For over 30 years, I’ve been blessed to have been both informally and formally mentored; I have informally mentored others for over 18 years and formally coached dozens for the past 7 years.
When mentoring is executed well, there’s nothing better; once you’ve experienced it, you’ll never want to be without. Selecting the right mentor coach can be daunting: by nature of the relationship, you are empowering this person to have tremendous influence in your life.
Your mentor coach doesn’t have to have it all figured out; they just need to be a little further up the road than you are. Life’s too short to limp along with just a good coach; hold out for and track down a great coach that can help you navigate the landscape on the way to becoming the best version of yourself.
Great Mentor Coaches are:
Motives matter. The best mentors are those that are Off Self, On Others. Those who have had the greatest impact in my life have been radically sold out to my success. The motto of my favorite mentor is, “Keep helping people.” Nothing worse than a mentor who just needs their ego stroked.
During sessions, your coach should be totally focused on your time together. They should be an appropriately engaged listener. You should get the sense that you are the only person in the world during this time; there is no phone, no interruptions, no computer screen; just YOU.
Great coaches hit the ground running; they’ve invested time thinking about you and this session beforehand. Now, they should be flexible enough with their planned content to meet your most relevant needs today; anything they were about to get into takes a back seat to the fire you’re putting out right now, but they should be warm at the start of the session.
Can they feel what you’re feeling? Do they accurately relate to a situation you’re working through with a similar time in their life? Better, as they explore with questions and actively listen, can they emote feelings you weren’t even aware you had?
Trust is earned. I don’t know about you, but I find it hard to trust someone who asks me all about me, but isn’t willing to get as naked emotionally with their stuff. How about their shortcomings and mistakes? Beware the coach who has never failed or suffered loss.
Are they someone you want to become like? You don’t have to agree on everything, but your foundational philosophies and presuppositions should be aligned, or a breakup down the road will be inevitable.
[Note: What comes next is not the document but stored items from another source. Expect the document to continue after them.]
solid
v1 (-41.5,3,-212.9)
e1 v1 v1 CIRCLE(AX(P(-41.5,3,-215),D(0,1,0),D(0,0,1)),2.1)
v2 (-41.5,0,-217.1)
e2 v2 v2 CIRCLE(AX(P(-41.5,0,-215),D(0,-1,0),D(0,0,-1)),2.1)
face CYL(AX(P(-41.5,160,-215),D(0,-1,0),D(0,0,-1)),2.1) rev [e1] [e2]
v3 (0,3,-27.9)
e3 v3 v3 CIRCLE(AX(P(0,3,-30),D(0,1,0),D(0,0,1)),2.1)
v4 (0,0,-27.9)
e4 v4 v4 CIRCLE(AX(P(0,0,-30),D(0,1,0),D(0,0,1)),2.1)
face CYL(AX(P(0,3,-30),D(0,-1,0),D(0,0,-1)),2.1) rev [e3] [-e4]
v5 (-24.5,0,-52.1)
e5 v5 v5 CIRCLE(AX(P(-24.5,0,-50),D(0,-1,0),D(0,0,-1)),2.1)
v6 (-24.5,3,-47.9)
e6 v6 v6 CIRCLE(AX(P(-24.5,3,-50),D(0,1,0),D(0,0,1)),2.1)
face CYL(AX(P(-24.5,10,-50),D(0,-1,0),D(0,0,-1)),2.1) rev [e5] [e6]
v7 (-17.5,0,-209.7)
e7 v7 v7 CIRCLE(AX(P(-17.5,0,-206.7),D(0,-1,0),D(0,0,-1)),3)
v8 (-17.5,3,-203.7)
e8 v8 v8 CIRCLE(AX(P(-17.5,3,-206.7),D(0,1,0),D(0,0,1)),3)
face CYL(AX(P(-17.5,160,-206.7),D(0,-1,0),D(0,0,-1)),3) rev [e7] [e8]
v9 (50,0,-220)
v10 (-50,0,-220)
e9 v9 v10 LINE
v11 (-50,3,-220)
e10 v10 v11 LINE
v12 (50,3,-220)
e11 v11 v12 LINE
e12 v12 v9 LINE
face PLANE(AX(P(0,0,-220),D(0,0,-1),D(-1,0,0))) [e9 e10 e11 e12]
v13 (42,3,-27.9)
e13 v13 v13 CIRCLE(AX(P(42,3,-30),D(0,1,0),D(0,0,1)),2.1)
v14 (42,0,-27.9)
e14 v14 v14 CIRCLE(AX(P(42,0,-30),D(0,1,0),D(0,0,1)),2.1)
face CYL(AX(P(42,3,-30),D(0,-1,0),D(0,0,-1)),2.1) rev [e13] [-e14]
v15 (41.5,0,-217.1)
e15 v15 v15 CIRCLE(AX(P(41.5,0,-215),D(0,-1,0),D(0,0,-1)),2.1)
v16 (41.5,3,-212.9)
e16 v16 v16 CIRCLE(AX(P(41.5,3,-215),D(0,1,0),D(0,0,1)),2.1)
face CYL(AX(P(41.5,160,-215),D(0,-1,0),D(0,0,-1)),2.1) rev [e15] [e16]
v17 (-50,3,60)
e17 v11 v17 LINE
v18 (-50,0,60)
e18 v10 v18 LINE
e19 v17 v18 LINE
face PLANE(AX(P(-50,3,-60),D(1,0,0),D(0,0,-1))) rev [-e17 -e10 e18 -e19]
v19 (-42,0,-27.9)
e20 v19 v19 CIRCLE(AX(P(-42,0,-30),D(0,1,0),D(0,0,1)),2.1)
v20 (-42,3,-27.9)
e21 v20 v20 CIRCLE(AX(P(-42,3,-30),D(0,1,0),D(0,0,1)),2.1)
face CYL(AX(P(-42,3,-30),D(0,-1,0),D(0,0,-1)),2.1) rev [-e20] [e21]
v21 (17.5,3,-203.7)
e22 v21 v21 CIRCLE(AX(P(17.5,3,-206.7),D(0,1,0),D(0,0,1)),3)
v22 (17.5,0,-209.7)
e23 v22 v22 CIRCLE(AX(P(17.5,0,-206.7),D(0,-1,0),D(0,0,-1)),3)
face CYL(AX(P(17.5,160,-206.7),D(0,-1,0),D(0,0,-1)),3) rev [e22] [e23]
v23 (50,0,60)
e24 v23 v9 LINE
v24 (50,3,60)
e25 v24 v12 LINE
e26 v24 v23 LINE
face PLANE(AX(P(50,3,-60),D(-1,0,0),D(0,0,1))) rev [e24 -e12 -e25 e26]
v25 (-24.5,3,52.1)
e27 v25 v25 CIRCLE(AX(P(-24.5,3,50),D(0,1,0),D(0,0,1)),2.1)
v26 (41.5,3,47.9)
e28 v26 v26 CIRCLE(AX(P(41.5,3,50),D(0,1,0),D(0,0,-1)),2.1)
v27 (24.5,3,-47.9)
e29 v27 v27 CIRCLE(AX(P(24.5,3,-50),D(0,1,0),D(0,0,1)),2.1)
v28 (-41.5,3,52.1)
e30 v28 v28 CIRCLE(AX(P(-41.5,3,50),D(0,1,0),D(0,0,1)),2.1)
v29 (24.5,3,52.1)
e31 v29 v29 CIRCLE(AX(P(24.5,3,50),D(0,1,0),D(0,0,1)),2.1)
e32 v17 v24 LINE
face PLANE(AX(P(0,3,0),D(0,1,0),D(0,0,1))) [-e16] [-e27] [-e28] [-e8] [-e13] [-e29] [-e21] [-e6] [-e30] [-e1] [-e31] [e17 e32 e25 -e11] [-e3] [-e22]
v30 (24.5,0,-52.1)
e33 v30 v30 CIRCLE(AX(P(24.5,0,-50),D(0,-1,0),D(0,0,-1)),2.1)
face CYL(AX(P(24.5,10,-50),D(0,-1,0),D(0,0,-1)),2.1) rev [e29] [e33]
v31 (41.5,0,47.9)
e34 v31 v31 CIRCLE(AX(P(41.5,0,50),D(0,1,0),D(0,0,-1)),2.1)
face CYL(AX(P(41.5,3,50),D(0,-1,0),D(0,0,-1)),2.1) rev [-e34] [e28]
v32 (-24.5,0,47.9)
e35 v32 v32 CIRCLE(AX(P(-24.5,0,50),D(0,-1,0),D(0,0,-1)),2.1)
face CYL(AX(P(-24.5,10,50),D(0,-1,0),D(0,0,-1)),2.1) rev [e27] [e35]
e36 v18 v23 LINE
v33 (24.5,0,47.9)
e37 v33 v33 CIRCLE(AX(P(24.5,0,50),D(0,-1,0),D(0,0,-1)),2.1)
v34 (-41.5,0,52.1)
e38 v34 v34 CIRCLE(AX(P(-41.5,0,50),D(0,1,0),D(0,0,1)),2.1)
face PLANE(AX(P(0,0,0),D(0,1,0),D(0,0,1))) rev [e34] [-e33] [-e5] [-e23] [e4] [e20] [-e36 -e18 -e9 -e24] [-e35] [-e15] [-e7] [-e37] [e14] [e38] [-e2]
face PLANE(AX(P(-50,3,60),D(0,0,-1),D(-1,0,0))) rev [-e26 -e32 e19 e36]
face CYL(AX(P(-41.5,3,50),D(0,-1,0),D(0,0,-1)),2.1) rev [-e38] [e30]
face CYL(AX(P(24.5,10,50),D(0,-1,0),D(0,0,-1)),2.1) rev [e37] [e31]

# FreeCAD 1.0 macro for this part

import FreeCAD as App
import Part
import Sketcher
Q = App.Units.Quantity

doc = App.newDocument("Part")
body = doc.addObject("PartDesign::Body", "Body")

sketch1 = body.newObject("Sketcher::SketchObject", "Sketch")
sketch1.AttachmentSupport = (doc.getObject("XZ_Plane"), [""])
sketch1.MapMode = "FlatFace"
sketch1.addGeometry(Part.LineSegment(App.Vector(-50, -60, 0), App.Vector(-50, 60, 0)), False)
sketch1.addGeometry(Part.LineSegment(App.Vector(-50, 60, 0), App.Vector(50, 60, 0)), False)
sketch1.addGeometry(Part.LineSegment(App.Vector(50, 60, 0), App.Vector(50, -60, 0)), False)
sketch1.addGeometry(Part.LineSegment(App.Vector(50, -60, 0), App.Vector(-50, -60, 0)), False)
sketch1.addGeometry(Part.Circle(App.Vector(-41.5, 50, 0), App.Vector(0, 0, 1), 2.1), False)
sketch1.addGeometry(Part.Circle(App.Vector(41.5, 50, 0), App.Vector(0, 0, 1), 2.1), False)
sketch1.addGeometry(Part.Circle(App.Vector(-42, -30, 0), App.Vector(0, 0, 1), 2.1), False)
sketch1.addGeometry(Part.Circle(App.Vector(0, -30, 0), App.Vector(0, 0, 1), 2.1), False)
sketch1.addGeometry(Part.Circle(App.Vector(42, -30, 0), App.Vector(0, 0, 1), 2.1), False)
sketch1.addConstraint(Sketcher.Constraint("Coincident", 0, 2, 1, 1))
sketch1.addConstraint(Sketcher.Constraint("Coincident", 1, 2, 2, 1))
sketch1.addConstraint(Sketcher.Constraint("Coincident", 2, 2, 3, 1))
sketch1.addConstraint(Sketcher.Constraint("Coincident", 3, 2, 0, 1))
sketch1.addConstraint(Sketcher.Constraint("Vertical", 0))
sketch1.addConstraint(Sketcher.Constraint("Horizontal", 1))
sketch1.addConstraint(Sketcher.Constraint("Vertical", 2))
sketch1.addConstraint(Sketcher.Constraint("Horizontal", 3))
sketch1.addConstraint(Sketcher.Constraint("Equal", 4, 5))
sketch1.addConstraint(Sketcher.Constraint("Equal", 5, 6))
sketch1.addConstraint(Sketcher.Constraint("Equal", 6, 7))
sketch1.addConstraint(Sketcher.Constraint("Equal", 7, 8))
sketch1.addConstraint(Sketcher.Constraint("Symmetric", 0, 2, 2, 2, -1, 1))
sketch1.addConstraint(Sketcher.Constraint("Symmetric", 4, 3, 5, 3, -2))
sketch1.addConstraint(Sketcher.Constraint("Symmetric", 6, 3, 8, 3, -2))
sketch1.addConstraint(Sketcher.Constraint("PointOnObject", 7, 3, -2))
sketch1.addConstraint(Sketcher.Constraint("Horizontal", 6, 3, 7, 3))
sketch1.addConstraint(Sketcher.Constraint("Diameter", 4, Q("4.2 mm")))
sketch1.addConstraint(Sketcher.Constraint("DistanceX", 1, 1, 1, 2, Q("100 mm")))
sketch1.addConstraint(Sketcher.Constraint("DistanceY", 0, 1, 0, 2, Q("120 mm")))
sketch1.addConstraint(Sketcher.Constraint("DistanceY", -1, 1, 4, 3, Q("50 mm")))
sketch1.addConstraint(Sketcher.Constraint("DistanceX", 6, 3, -1, 1, Q("42 mm")))
sketch1.addConstraint(Sketcher.Constraint("DistanceY", 6, 3, -1, 1, Q("30 mm")))
sketch1.addConstraint(Sketcher.Constraint("DistanceX", 4, 3, 5, 3, Q("83 mm")))
pad1 = body.newObject("PartDesign::Pad", "Pad")
pad1.Profile = sketch1
pad1.Length = 3
pad1.Reversed = True

sketch2 = body.newObject("Sketcher::SketchObject", "Sketch001")
sketch2.AttachmentSupport = (doc.getObject("XZ_Plane"), [""])
sketch2.MapMode = "FlatFace"
sketch2.addGeometry(Part.Circle(App.Vector(-24.5, -50, 0), App.Vector(0, 0, 1), 2.1), False)
sketch2.addGeometry(Part.Circle(App.Vector(24.5, -50, 0), App.Vector(0, 0, 1), 2.1), False)
sketch2.addGeometry(Part.Circle(App.Vector(24.5, 50, 0), App.Vector(0, 0, 1), 2.1), False)
sketch2.addGeometry(Part.Circle(App.Vector(-24.5, 50, 0), App.Vector(0, 0, 1), 2.1), False)
sketch2.addConstraint(Sketcher.Constraint("Equal", 0, 1))
sketch2.addConstraint(Sketcher.Constraint("Equal", 1, 2))
sketch2.addConstraint(Sketcher.Constraint("Equal", 2, 3))
sketch2.addConstraint(Sketcher.Constraint("Symmetric", 0, 3, 2, 3, -1, 1))
sketch2.addConstraint(Sketcher.Constraint("Symmetric", 1, 3, 3, 3, -1, 1))
sketch2.addConstraint(Sketcher.Constraint("Symmetric", 0, 3, 1, 3, -2))
sketch2.addConstraint(Sketcher.Constraint("Diameter", 0, Q("4.2 mm")))
sketch2.addConstraint(Sketcher.Constraint("DistanceY", 0, 3, -1, 1, Q("50 mm")))
sketch2.addConstraint(Sketcher.Constraint("DistanceX", 0, 3, 1, 3, Q("49 mm")))
pocket1 = body.newObject("PartDesign::Pocket", "Pocket")
pocket1.Profile = sketch2
pocket1.Length = 10

sketch3 = body.newObject("Sketcher::SketchObject", "Sketch002")
sketch3.AttachmentSupport = (doc.getObject("XY_Plane"), [""])
sketch3.MapMode = "FlatFace"
sketch3.AttachmentOffset = App.Placement(App.Vector(0, 0, -60), App.Rotation())
sketch3.addGeometry(Part.LineSegment(App.Vector(50, 3, 0), App.Vector(50, 0, 0)), False)
sketch3.addGeometry(Part.LineSegment(App.Vector(50, 0, 0), App.Vector(-50, 0, 0)), False)
sketch3.addGeometry(Part.LineSegment(App.Vector(-50, 0, 0), App.Vector(-50, 3, 0)), False)
sketch3.addGeometry(Part.LineSegment(App.Vector(-50, 3, 0), App.Vector(50, 3, 0)), False)
sketch3.addConstraint(Sketcher.Constraint("Coincident", 0, 2, 1, 1))
sketch3.addConstraint(Sketcher.Constraint("Coincident", 1, 2, 2, 1))
sketch3.addConstraint(Sketcher.Constraint("Coincident", 2, 2, 3, 1))
sketch3.addConstraint(Sketcher.Constraint("Coincident", 3, 2, 0, 1))
sketch3.addConstraint(Sketcher.Constraint("Vertical", 0))
sketch3.addConstraint(Sketcher.Constraint("Horizontal", 1))
sketch3.addConstraint(Sketcher.Constraint("Vertical", 2))
sketch3.addConstraint(Sketcher.Constraint("Horizontal", 3))
sketch3.addConstraint(Sketcher.Constraint("Symmetric", 0, 2, 1, 2, -1, 1))
sketch3.addConstraint(Sketcher.Constraint("DistanceX", 1, 2, 1, 1, Q("100 mm")))
sketch3.addConstraint(Sketcher.Constraint("DistanceY", 0, 2, 0, 1, Q("3 mm")))
pad2 = body.newObject("PartDesign::Pad", "Pad001")
pad2.Profile = sketch3
pad2.Length = 160
pad2.Reversed = True

sketch4 = body.newObject("Sketcher::SketchObject", "Sketch003")
sketch4.AttachmentSupport = (doc.getObject("XZ_Plane"), [""])
sketch4.MapMode = "FlatFace"
sketch4.addGeometry(Part.Circle(App.Vector(17.5, -206.7, 0), App.Vector(0, 0, 1), 3), False)
sketch4.addGeometry(Part.Circle(App.Vector(-17.5, -206.7, 0), App.Vector(0, 0, 1), 3), False)
sketch4.addGeometry(Part.Circle(App.Vector(-41.5, -215, 0), App.Vector(0, 0, 1), 2.1), False)
sketch4.addGeometry(Part.Circle(App.Vector(41.5, -215, 0), App.Vector(0, 0, 1), 2.1), False)
sketch4.addConstraint(Sketcher.Constraint("Equal", 0, 1))
sketch4.addConstraint(Sketcher.Constraint("Equal", 2, 3))
sketch4.addConstraint(Sketcher.Constraint("Symmetric", 0, 3, 1, 3, -2))
sketch4.addConstraint(Sketcher.Constraint("Symmetric", 2, 3, 3, 3, -2))
sketch4.addConstraint(Sketcher.Constraint("Diameter", 0, Q("6 mm")))
sketch4.addConstraint(Sketcher.Constraint("Diameter", 2, Q("4.2 mm")))
sketch4.addConstraint(Sketcher.Constraint("DistanceY", 2, 3, -1, 1, Q("215 mm")))
sketch4.addConstraint(Sketcher.Constraint("DistanceX", 1, 3, 0, 3, Q("35 mm")))
sketch4.addConstraint(Sketcher.Constraint("DistanceX", 2, 3, 1, 3, Q("24 mm")))
sketch4.addConstraint(Sketcher.Constraint("DistanceY", 0, 3, -1, 1, Q("206.7 mm")))
pocket2 = body.newObject("PartDesign::Pocket", "Pocket001")
pocket2.Profile = sketch4
pocket2.Length = 160

doc.recompute()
Some coaches aren’t available more than once a week; others only have time for one call a month. You need to determine what kind of availability you’re looking for. Occasionally when it’s paid coaching, this is driven financially: how much can you invest into the coaching side of your personal growth? From there, does your mentor aggressively seek time to connect with you? I love it when my mentors say, “Let’s set up our next time before we go.”
Can your mentor adjust their style when you share what you’ve liked about a certain call? If something rubbed you the wrong way during a session, bring it to them; the best coaches will adjust and meet you where you are.
When we get together, the conversation is two-way, but very much about you and your needs. Your mentor should be emotionally stable enough to see your situation with clarity; not projecting their own mess into your world.
What lessons have they learned from their mistakes along the way? Can they walk you through how they got through? How about their wins? Can they share nuggets without bragging?
Does your coach have a mentor, too? If they are pouring into you, they had better have someone replenishing those liquids and pouring into them. Also, coaching often acts as a mirror; objective as coaches try to be, much of the advice given is also applicable to them, too. Are they learning and growing with you?
Great coaches never make you feel inadequate or weak; instead, they inspire, encourage and empower. Even if they don’t have a fiery personality, if you feel like running through a brick wall at the end of a session, you have a great coach.